TASK INSTRUCTIONS ▸
What lines below include the string "ThreePointArc"? Pick them out and copy them.

EXTRACTED DATA ▸
────────────────────

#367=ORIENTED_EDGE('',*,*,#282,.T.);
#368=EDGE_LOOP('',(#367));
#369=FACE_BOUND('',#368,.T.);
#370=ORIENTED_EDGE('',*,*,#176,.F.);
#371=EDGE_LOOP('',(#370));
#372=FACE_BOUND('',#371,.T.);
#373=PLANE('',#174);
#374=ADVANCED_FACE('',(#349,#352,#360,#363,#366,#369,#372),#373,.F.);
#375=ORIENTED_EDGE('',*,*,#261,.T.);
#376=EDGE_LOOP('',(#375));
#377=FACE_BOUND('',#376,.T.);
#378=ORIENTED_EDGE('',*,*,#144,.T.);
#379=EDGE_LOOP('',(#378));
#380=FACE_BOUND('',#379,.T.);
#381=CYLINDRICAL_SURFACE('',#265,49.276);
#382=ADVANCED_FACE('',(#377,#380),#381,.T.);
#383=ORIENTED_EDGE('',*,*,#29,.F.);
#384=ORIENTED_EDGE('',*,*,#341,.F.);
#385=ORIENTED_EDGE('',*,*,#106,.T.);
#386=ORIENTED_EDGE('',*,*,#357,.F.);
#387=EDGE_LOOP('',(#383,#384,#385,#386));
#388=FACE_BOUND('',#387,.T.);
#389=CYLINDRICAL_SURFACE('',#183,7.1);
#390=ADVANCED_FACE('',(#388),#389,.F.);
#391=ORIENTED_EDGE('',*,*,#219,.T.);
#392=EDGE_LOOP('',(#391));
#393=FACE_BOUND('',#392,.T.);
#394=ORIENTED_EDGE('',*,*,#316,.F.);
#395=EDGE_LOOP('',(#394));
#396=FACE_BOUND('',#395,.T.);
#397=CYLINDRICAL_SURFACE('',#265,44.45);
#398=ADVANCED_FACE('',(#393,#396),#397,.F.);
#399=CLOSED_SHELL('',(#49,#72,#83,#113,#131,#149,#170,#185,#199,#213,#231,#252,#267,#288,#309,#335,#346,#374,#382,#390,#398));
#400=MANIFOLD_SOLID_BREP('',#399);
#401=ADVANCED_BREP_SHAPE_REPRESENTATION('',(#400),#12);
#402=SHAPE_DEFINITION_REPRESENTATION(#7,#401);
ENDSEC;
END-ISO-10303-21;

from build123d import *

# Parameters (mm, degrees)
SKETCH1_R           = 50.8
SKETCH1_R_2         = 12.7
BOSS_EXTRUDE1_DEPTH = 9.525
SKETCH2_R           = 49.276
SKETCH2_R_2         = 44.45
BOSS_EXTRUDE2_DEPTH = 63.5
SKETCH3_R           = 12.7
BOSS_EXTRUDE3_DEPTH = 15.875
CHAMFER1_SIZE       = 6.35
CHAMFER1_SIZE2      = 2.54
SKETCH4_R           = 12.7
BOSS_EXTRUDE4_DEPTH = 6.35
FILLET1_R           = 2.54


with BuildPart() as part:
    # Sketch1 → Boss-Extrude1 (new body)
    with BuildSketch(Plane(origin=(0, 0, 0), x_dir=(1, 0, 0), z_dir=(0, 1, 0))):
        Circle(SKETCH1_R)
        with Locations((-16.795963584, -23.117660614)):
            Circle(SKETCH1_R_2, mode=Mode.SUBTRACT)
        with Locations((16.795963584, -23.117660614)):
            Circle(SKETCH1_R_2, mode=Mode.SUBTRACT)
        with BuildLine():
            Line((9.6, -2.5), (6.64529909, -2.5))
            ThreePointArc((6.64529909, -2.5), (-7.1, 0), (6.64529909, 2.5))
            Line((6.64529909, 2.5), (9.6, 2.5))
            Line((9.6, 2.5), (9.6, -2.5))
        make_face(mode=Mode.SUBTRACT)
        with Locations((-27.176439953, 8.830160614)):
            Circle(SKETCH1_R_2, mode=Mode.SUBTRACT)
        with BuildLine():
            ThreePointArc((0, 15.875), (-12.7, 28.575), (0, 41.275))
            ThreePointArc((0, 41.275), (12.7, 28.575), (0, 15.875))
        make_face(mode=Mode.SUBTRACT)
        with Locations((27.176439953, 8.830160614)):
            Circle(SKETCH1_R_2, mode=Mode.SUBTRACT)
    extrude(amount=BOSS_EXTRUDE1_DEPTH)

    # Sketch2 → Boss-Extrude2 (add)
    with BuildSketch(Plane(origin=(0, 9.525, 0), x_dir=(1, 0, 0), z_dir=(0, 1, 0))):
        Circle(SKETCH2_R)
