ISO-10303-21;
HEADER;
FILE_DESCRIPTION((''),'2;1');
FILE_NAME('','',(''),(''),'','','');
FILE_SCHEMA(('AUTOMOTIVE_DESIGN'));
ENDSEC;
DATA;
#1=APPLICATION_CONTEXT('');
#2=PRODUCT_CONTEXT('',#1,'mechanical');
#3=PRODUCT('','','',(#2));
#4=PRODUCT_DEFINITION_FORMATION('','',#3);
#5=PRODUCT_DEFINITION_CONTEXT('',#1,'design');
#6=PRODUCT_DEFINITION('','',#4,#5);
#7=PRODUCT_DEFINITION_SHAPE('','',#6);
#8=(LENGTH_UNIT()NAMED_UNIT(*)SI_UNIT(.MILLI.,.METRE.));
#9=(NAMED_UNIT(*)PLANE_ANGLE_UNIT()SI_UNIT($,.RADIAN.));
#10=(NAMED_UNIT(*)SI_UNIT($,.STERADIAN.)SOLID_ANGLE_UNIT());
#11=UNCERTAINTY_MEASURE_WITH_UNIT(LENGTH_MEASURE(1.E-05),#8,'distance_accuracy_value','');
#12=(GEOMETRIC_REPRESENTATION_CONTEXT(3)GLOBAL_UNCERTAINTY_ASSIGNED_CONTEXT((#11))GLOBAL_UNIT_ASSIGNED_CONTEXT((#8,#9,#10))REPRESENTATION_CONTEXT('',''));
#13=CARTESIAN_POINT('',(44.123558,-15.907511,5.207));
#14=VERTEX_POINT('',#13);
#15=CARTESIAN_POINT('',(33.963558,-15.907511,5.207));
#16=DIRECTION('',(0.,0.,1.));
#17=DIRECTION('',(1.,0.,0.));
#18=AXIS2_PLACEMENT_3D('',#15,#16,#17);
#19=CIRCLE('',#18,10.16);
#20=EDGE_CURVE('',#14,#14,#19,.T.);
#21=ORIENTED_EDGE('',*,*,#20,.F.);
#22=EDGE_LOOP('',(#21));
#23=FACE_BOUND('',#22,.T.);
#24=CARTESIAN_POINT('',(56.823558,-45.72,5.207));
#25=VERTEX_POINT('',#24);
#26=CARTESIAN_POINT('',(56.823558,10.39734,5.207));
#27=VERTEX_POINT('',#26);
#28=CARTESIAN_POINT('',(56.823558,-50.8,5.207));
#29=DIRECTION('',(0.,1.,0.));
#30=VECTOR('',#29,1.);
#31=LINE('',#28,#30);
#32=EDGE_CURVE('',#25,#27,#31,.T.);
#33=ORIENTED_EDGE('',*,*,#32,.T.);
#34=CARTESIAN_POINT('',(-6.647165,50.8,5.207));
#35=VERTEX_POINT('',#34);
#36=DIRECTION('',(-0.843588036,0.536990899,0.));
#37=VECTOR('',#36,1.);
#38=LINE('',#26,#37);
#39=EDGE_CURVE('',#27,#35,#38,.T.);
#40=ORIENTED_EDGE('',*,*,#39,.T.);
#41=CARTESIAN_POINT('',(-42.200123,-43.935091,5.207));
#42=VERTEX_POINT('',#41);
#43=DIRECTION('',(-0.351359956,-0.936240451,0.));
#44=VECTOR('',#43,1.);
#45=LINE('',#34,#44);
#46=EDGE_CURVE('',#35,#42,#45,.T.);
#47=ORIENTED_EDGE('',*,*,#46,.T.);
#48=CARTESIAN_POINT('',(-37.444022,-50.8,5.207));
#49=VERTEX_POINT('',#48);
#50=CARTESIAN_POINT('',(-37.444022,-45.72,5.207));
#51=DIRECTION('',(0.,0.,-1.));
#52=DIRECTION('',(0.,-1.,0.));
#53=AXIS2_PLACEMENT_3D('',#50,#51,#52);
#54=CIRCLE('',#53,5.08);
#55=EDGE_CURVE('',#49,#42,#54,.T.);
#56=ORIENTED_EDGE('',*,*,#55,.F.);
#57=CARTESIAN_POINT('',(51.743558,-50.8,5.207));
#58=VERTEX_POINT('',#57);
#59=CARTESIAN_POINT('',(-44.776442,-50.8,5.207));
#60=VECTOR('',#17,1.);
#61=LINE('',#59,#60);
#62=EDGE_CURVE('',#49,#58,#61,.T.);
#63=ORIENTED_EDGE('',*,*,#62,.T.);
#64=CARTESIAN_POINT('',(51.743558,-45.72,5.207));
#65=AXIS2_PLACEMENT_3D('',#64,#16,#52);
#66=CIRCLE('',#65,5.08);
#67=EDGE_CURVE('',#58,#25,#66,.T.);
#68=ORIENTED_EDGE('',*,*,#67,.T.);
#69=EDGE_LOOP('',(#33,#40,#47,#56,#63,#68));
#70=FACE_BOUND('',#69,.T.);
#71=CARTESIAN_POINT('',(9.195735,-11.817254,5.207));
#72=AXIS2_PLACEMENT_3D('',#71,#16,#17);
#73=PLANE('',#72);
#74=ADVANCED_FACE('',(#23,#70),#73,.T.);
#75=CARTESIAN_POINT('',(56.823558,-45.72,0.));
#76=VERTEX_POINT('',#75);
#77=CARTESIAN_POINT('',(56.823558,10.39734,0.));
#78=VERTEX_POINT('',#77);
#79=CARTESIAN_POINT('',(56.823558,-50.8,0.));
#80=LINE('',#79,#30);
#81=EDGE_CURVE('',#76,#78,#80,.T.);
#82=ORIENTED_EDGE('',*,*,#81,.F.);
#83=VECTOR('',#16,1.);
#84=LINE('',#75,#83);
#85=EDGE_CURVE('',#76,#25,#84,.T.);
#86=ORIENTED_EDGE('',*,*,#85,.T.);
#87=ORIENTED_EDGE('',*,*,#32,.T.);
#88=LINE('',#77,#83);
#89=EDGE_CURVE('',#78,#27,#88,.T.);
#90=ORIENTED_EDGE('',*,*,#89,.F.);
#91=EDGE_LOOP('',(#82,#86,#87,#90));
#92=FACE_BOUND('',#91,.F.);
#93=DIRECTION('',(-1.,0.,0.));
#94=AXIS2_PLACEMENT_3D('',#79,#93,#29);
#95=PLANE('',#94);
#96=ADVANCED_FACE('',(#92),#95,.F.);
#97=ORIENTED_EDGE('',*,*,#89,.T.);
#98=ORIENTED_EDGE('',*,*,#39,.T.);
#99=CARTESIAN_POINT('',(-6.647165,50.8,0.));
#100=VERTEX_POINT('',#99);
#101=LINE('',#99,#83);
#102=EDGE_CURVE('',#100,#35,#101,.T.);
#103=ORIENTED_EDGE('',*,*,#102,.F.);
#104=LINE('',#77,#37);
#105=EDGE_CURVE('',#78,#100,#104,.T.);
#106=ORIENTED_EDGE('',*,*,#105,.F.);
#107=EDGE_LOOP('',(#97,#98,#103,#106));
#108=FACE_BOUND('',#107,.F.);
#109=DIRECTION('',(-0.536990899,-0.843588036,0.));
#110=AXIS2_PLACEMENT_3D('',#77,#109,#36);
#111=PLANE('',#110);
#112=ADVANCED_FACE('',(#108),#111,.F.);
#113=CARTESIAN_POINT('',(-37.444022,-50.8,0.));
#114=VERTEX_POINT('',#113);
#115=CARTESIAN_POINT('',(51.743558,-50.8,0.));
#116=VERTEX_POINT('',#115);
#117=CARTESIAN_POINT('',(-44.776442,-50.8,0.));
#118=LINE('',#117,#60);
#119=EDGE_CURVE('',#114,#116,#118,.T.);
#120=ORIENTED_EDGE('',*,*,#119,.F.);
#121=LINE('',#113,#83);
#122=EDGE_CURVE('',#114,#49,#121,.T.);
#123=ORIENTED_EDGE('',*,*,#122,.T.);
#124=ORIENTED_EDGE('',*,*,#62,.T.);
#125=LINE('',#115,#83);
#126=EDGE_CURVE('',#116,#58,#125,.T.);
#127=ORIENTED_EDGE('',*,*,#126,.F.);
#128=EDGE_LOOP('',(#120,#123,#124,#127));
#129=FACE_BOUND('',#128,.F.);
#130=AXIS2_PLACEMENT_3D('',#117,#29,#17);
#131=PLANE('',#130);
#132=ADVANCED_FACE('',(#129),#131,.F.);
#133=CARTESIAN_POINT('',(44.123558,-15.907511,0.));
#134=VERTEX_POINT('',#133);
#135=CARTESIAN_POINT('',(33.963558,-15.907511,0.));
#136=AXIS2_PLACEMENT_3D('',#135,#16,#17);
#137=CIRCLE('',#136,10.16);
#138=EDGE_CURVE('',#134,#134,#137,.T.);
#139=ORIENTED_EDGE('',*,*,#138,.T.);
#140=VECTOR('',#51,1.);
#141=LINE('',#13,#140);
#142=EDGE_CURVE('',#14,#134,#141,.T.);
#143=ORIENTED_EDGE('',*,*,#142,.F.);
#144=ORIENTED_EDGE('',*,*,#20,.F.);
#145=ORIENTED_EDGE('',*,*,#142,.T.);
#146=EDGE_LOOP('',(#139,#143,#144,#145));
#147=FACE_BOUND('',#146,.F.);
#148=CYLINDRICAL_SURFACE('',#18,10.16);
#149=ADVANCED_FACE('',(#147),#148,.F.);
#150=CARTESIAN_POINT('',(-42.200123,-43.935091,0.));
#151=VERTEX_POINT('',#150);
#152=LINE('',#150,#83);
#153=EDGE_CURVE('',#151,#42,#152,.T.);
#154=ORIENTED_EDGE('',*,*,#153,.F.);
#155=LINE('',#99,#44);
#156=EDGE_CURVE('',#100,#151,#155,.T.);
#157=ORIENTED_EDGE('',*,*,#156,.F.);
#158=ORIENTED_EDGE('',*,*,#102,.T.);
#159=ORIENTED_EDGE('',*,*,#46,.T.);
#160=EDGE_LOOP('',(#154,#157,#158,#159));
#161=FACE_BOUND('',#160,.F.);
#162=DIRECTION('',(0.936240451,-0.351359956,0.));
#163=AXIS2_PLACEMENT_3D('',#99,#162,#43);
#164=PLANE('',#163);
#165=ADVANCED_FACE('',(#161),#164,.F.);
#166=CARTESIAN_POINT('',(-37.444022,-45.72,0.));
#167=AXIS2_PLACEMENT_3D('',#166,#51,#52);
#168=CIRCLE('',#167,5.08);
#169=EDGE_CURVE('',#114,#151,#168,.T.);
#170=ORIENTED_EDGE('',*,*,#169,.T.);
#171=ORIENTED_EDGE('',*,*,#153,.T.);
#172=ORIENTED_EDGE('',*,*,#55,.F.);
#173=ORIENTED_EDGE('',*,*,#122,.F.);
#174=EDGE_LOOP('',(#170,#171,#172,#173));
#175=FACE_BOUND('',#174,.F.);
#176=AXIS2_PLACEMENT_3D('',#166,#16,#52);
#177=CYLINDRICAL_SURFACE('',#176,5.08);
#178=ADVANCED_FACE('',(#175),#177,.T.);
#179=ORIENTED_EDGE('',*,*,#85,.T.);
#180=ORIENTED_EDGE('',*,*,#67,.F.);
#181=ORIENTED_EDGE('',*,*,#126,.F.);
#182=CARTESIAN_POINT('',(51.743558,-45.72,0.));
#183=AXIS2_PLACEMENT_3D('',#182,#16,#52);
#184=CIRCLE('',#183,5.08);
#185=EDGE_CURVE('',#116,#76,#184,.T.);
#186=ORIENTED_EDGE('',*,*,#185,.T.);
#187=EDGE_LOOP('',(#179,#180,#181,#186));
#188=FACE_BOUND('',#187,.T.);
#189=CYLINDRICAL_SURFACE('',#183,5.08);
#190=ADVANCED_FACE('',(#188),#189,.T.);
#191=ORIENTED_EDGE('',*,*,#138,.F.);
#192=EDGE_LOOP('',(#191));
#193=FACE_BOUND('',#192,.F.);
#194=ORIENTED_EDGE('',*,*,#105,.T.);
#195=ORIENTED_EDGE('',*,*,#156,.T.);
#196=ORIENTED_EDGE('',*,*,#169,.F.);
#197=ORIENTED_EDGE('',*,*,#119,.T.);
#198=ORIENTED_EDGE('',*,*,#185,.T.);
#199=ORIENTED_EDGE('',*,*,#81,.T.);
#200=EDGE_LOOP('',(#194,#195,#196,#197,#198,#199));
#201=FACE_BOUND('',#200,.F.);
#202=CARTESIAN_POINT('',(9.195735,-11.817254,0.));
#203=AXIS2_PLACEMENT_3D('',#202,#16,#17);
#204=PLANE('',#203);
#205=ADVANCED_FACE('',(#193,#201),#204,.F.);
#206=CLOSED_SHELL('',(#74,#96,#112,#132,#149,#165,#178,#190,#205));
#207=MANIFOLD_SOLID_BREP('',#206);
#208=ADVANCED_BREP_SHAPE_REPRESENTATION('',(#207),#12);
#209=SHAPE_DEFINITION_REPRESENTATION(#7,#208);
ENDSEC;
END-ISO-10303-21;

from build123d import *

# Parameters (mm, degrees)
F1_DEPTH = 5.207
F2_R     = 10.16
F3_DEPTH = 5.207
F4_R     = 5.08


with BuildPart() as f1:
    # F0 (on Top) → F1 (new body)
    with BuildSketch(Plane.XY):
        Polygon((-44.776442, -50.8), (56.823558, -50.8), (56.823558, 10.39734), (-6.647165, 50.8), align=None)
    extrude(amount=F1_DEPTH)

    # F2 (on face) → F3 (cut, through all)
    with BuildSketch(Plane.XY.offset(5.207)):
        with Locations((33.963558, -15.907511)):
            Circle(F2_R)
    extrude(amount=-F3_DEPTH, mode=Mode.SUBTRACT)

    # F4
    f4_edges = [f1.edges().sort_by_distance(p)[0] for p in [
        (56.823558, -50.8, 2.6035),
        (-44.776442, -50.8, 2.6035),
    ]]
    fillet(f4_edges, radius=F4_R)


solid = f1.part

────────────────────

ANSWER SPACE ▸
            ThreePointArc((6.64529909, -2.5), (-7.1, 0), (6.64529909, 2.5))
            ThreePointArc((0, 15.875), (-12.7, 28.575), (0, 41.275))
            ThreePointArc((0, 41.275), (12.7, 28.575), (0, 15.875))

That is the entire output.